Hume is the honest empathy specialist. Their EVI platform focuses on the input side, detecting the user's emotion and conditioning the model's response to it, which is a different angle from output-side steering. For applications where the most important question is "how does the user actually feel right now," Hume is the right tool. For applications where the most important question is "how should the agent sound on this specific line," TTS-2's 8-dimension steering is more direct.

When should I reach for steering vs voice cloning?

Steering and voice cloning solve different problems and often work together.

Voice cloning answers the question of who the speaker is. On TTS-2, instant voice cloning takes 5 to 15 seconds of reference audio; the cloned voiceId then plugs into any TTS-2 request. Professional voice cloning is delivered as a paid add-on through the Growth tier and above, not as a self-serve feature.

Steering answers the question of how that voice delivers a specific line. The same voiceId can run through [say with rising tone], [whisper in a hushed style], [as a wise mentor], or [say angrily] across thousands of requests without retraining and without identity drift.

A typical production pattern: clone the voice once, store the voiceId, then drive performance per request through steering and deliveryMode. That keeps the brand voice consistent while letting the agent react to context turn by turn.

What are the limits I should design around?

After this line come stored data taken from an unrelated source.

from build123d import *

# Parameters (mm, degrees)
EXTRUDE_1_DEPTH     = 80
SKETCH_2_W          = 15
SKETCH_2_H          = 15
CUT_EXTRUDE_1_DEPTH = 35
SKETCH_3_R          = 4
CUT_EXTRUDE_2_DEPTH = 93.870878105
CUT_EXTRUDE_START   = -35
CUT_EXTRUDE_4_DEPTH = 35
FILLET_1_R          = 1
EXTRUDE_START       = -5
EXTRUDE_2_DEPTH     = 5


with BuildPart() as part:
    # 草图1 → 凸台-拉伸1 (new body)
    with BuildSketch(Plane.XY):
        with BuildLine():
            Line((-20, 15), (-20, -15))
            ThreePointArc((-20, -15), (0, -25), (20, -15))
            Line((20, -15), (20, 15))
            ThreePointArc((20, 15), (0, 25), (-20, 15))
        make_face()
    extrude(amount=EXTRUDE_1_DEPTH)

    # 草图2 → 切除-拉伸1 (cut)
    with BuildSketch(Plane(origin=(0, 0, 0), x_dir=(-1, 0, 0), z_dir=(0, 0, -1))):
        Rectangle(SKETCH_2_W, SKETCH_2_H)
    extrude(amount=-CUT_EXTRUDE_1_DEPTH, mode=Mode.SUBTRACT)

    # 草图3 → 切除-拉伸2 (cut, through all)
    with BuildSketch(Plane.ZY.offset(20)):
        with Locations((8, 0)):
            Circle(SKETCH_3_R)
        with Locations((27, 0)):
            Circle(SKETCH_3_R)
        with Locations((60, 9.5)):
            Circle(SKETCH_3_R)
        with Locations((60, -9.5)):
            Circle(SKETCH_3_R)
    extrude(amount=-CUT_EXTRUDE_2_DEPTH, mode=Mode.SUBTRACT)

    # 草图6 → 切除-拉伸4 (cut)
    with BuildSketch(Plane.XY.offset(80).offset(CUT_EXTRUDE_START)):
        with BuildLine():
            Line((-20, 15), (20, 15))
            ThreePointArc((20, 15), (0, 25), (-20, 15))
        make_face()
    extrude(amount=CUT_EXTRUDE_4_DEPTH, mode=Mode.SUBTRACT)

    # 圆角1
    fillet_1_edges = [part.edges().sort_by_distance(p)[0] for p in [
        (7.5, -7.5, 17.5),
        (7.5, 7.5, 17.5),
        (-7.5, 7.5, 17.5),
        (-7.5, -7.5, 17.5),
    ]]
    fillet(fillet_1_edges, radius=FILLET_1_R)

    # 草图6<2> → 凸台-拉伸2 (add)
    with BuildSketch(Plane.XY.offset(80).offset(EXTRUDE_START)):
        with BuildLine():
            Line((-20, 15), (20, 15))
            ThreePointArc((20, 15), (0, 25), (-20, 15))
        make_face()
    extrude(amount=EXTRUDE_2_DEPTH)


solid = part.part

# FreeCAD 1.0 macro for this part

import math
import FreeCAD as App
import Part
import Sketcher

V = App.Vector


def edges_at(feature, points):
    """Names of the edges that pass closest to the given points."""
    edges = feature.Shape.Edges
    near = lambda p: min(range(len(edges)), key=lambda i: edges[i].distToShape(Part.Vertex(*p))[0])
    return sorted({f"Edge{near(p) + 1}" for p in points})


def add_polygon(sketch, points):
    """Adds a closed chain of lines whose ends are joined by coincident constraints."""
    first, n = sketch.GeometryCount, len(points)
    for a, b in zip(points, points[1:] + points[:1]):
        sketch.addGeometry(Part.LineSegment(App.Vector(*a, 0), App.Vector(*b, 0)), False)
    for i in range(n):
        sketch.addConstraint(Sketcher.Constraint("Coincident", first + i, 2, first + (i + 1) % n, 1))

doc = App.newDocument("Part")
params = doc.addObject("Spreadsheet::Sheet", "Params")
for row, (alias, value) in enumerate([
    ("sketch1_radius", "25 mm"),
    ("sketch1_height", "30 mm"),
    ("pad1_length", "80 mm"),
    ("sketch2_width", "15 mm"),
    ("pocket1_length", "35 mm"),
    ("sketch3_diameter", "8 mm"),
    ("sketch4_radius", "25 mm"),
    ("sketch4_width", "40 mm"),
    ("pocket3_length", "35 mm"),
    ("fillet_radius", "1 mm"),
    ("sketch5_radius", "25 mm"),
    ("sketch5_width", "40 mm"),
    ("pad2_length", "5 mm"),
], start=1):
    params.set(f"A{row}", alias)
    params.set(f"B{row}", "=" + value)
    params.setAlias(f"B{row}", alias)

body = doc.addObject("PartDesign::Body", "Body")

sketch1 = body.newObject("Sketcher::SketchObject", "Sketch")
sketch1.AttachmentSupport = (doc.getObject("XY_Plane"), [""])
sketch1.MapMode = "FlatFace"
sketch1.addGeometry([
    Part.LineSegment(V(-20, 15, 0), V(-20, -15, 0)),
    Part.ArcOfCircle(Part.Circle(V(0, 0, 0), V(0, 0, 1), 25), math.radians(-143), math.radians(-37)),
    Part.LineSegment(V(20, -15, 0), V(20, 15, 0)),
    Part.ArcOfCircle(Part.Circle(V(0, 0, 0), V(0, 0, 1), 25), math.radians(37), math.radians(143)),
], False)
sketch1.addConstraint([
    Sketcher.Constraint("Coincident", 0, 2, 1, 1),
    Sketcher.Constraint("Coincident", 1, 2, 2, 1),
    Sketcher.Constraint("Coincident", 2, 2, 3, 1),
    Sketcher.Constraint("Coincident", 3, 2, 0, 1),
    Sketcher.Constraint("Vertical", 0),
    Sketcher.Constraint("Vertical", 2),
    Sketcher.Constraint("Coincident", 1, 3, -1, 1),
    Sketcher.Constraint("Coincident", 3, 3, -1, 1),
    Sketcher.Constraint("Equal", 1, 3),
    Sketcher.Constraint("Horizontal", 0, 2, 1, 2),
    Sketcher.Constraint("Radius", 1, 25.0),
    Sketcher.Constraint("DistanceY", 0, 2, 0, 1, 30.0),
])
sketch1.setExpression("Constraints[10]", "Params.sketch1_radius")
sketch1.setExpression("Constraints[11]", "Params.sketch1_height")
pad1 = body.newObject("PartDesign::Pad", "Pad")
pad1.Profile = sketch1
pad1.setExpression("Length", "Params.pad1_length")

sketch2 = body.newObject("Sketcher::SketchObject", "Sketch001")
sketch2.AttachmentSupport = (doc.getObject("XY_Plane"), [""])
sketch2.MapMode = "FlatFace"
add_polygon(sketch2, [(8, 8), (8, -8), (-8, -8), (-8, 8)])
sketch2.addConstraint([
    Sketcher.Constraint("Vertical", 0),
    Sketcher.Constraint("Horizontal", 1),
    Sketcher.Constraint("Vertical", 2),
    Sketcher.Constraint("Horizontal", 3),
    Sketcher.Constraint("Symmetric", 0, 2, 2, 2, -1, 1),
    Sketcher.Constraint("Equal", 3, 0),
    Sketcher.Constraint("DistanceX", 1, 2, 1, 1, 15.0),
])
sketch2.setExpression("Constraints[10]", "Params.sketch2_width")
pocket1 = body.newObject("PartDesign::Pocket", "Pocket")
pocket1.Profile = sketch2
pocket1.setExpression("Length", "Params.pocket1_length")
pocket1.Reversed = True

sketch3 = body.newObject("Sketcher::SketchObject", "Sketch002")
sketch3.AttachmentSupport = (doc.getObject("YZ_Plane"), [""])
sketch3.MapMode = "FlatFace"
sketch3.AttachmentOffset = App.Placement(V(0, 0, -20), App.Rotation())
sketch3.addGeometry([
    Part.Circle(V(0, 8, 0), V(0, 0, 1), 4),
    Part.Circle(V(0, 27, 0), V(0, 0, 1), 4),
    Part.Circle(V(9.5, 60, 0), V(0, 0, 1), 4),
    Part.Circle(V(-9.5, 60, 0), V(0, 0, 1), 4),
], False)
sketch3.addConstraint([
    Sketcher.Constraint("Equal", 0, 1),
    Sketcher.Constraint("Equal", 1, 2),
    Sketcher.Constraint("Equal", 2, 3),
    Sketcher.Constraint("Symmetric", 2, 3, 3, 3, -2),
    Sketcher.Constraint("PointOnObject", 0, 3, -2),
    Sketcher.Constraint("PointOnObject", 1, 3, -2),
    Sketcher.Constraint("Diameter", 0, 8.0),
    Sketcher.Constraint("DistanceY", -1, 1, 0, 3, 8.0),
    Sketcher.Constraint("DistanceY", -1, 1, 1, 3, 27.0),
    Sketcher.Constraint("DistanceY", -1, 1, 2, 3, 60.0),
    Sketcher.Constraint("DistanceX", 3, 3, 2, 3, 19.0),
])
sketch3.setExpression("Constraints[6]", "Params.sketch3_diameter")
pocket2 = body.newObject("PartDesign::Pocket", "Pocket001")
pocket2.Profile = sketch3
pocket2.Type = "ThroughAll"
pocket2.Reversed = True

sketch4 = body.newObject("Sketcher::SketchObject", "Sketch003")
sketch4.AttachmentSupport = (doc.getObject("XY_Plane"), [""])
sketch4.MapMode = "FlatFace"
sketch4.AttachmentOffset = App.Placement(V(0, 0, 45), App.Rotation())
sketch4.addGeometry([
    Part.LineSegment(V(-20, 15, 0), V(20, 15, 0)),
    Part.ArcOfCircle(Part.Circle(V(0, 0, 0), V(0, 0, 1), 25), math.radians(37), math.radians(143)),
], False)
sketch4.addConstraint([
    Sketcher.Constraint("Coincident", 0, 1, 1, 2),
    Sketcher.Constraint("Coincident", 1, 1, 0, 2),
    Sketcher.Constraint("Horizontal", 0),
    Sketcher.Constraint("Coincident", 1, 3, -1, 1),
    Sketcher.Constraint("Radius", 1, 25.0),
    Sketcher.Constraint("DistanceX", 0, 1, 0, 2, 40.0),
])
sketch4.setExpression("Constraints[4]", "Params.sketch4_radius")
sketch4.setExpression("Constraints[5]", "Params.sketch4_width")
pocket3 = body.newObject("PartDesign::Pocket", "Pocket002")
pocket3.Profile = sketch4
pocket3.setExpression("Length", "Params.pocket3_length")
pocket3.Reversed = True
doc.recompute()

fillet = body.newObject("PartDesign::Fillet", "Fillet")
fillet.Base = (pocket3, edges_at(pocket3, [
    (7.5, -7.5, 17.5),
    (7.5, 7.5, 17.5),
    (-7.5, 7.5, 17.5),
    (-7.5, -7.5, 17.5),
]))
fillet.setExpression("Radius", "Params.fillet_radius")

sketch5 = body.newObject("Sketcher::SketchObject", "Sketch004")
sketch5.AttachmentSupport = (doc.getObject("XY_Plane"), [""])
sketch5.MapMode = "FlatFace"
sketch5.AttachmentOffset = App.Placement(V(0, 0, 75), App.Rotation())
sketch5.addGeometry([
    Part.LineSegment(V(-20, 15, 0), V(20, 15, 0)),
    Part.ArcOfCircle(Part.Circle(V(0, 0, 0), V(0, 0, 1), 25), math.radians(37), math.radians(143)),
], False)
sketch5.addConstraint([
    Sketcher.Constraint("Coincident", 0, 1, 1, 2),
    Sketcher.Constraint("Coincident", 1, 1, 0, 2),
    Sketcher.Constraint("Horizontal", 0),
    Sketcher.Constraint("Coincident", 1, 3, -1, 1),
    Sketcher.Constraint("Radius", 1, 25.0),
    Sketcher.Constraint("DistanceX", 0, 1, 0, 2, 40.0),
])
sketch5.setExpression("Constraints[4]", "Params.sketch5_radius")
sketch5.setExpression("Constraints[5]", "Params.sketch5_width")
pad2 = body.newObject("PartDesign::Pad", "Pad001")
pad2.Profile = sketch5
pad2.setExpression("Length", "Params.pad2_length")

doc.recompute()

Six constraints to plan for.

Steering instructions are English-only, regardless of the language being spoken. A French utterance still takes its direction from an English tag at the start.

Tags belong at the start of the text for the 8 steering dimensions. Only non-verbal sounds like [laugh] or [sigh] can appear inline.

Match the tag to the script. Pairing [say sadly] with a happy line, or [whisper] with [shout], degrades output rather than blending the effects.

TTS-2 is research preview. It is not GA. SLAs differ from the GA TTS 1.5 line. Builders should design failover to inworld-tts-1.5-max for production workloads that cannot tolerate preview-stage variability.

Per-request limit is 2,000 characters. Long scripts should be chunked at sentence breaks (recommended 500 to 1,600 chars per chunk) and streamed through /tts/v1/voice:stream.

Data residency options include EU and India on Enterprise plans. Check the pricing page for the current region list before planning a multi-region deployment.

FAQ

What is natural-language voice steering?

Natural-language voice steering is the ability to control how a TTS model delivers a line by writing plain-English instructions next to the text. With Inworld AI Realtime TTS-2 (research preview), an instruction like [say sadly] or [whisper in a hushed style] placed at the start of text changes emotion, pitch, pace, or style without changing voice identity.

What dimensions of voice can Inworld TTS-2 control?

8 steering dimensions: emotion, articulation, intonation, volume, pitch, range, speed, and vocal style. Plus inline non-verbals: [laugh], [sigh], [breathe], [cough], [yawn], [clear_throat]. Instructions are written in English regardless of the target speech language.

What is the deliveryMode field in TTS-2?

deliveryMode is an optional field on the /tts/v1/voice request body for the inworld-tts-2 model. It takes STABLE, BALANCED (default), or CREATIVE, controlling how much variance the model is allowed across requests with the same input. It is independent of temperature.

How does Inworld TTS-2 steering compare with ElevenLabs v3 audio tags?

Both embed bracketed instructions in the script. ElevenLabs v3 has broader language coverage (70+) and a deeper audio tag library, but is not recommended for realtime. Inworld TTS-2 generalizes the idea into 8 explicit dimensions, adds deliveryMode, and runs at sub-200ms TTFT median for realtime applications.

Can I use steering tags with Inworld TTS 1.5?

No. On inworld-tts-1.5-max and inworld-tts-1.5-mini, bracketed instructions are read aloud literally. Use inworld-tts-2 for natural-language steering.

Does steering preserve voice identity across emotions and languages?

Yes. TTS-2 keeps a single voice identity stable under steering and preserves that identity across 100+ languages (15 GA plus 90+ experimental).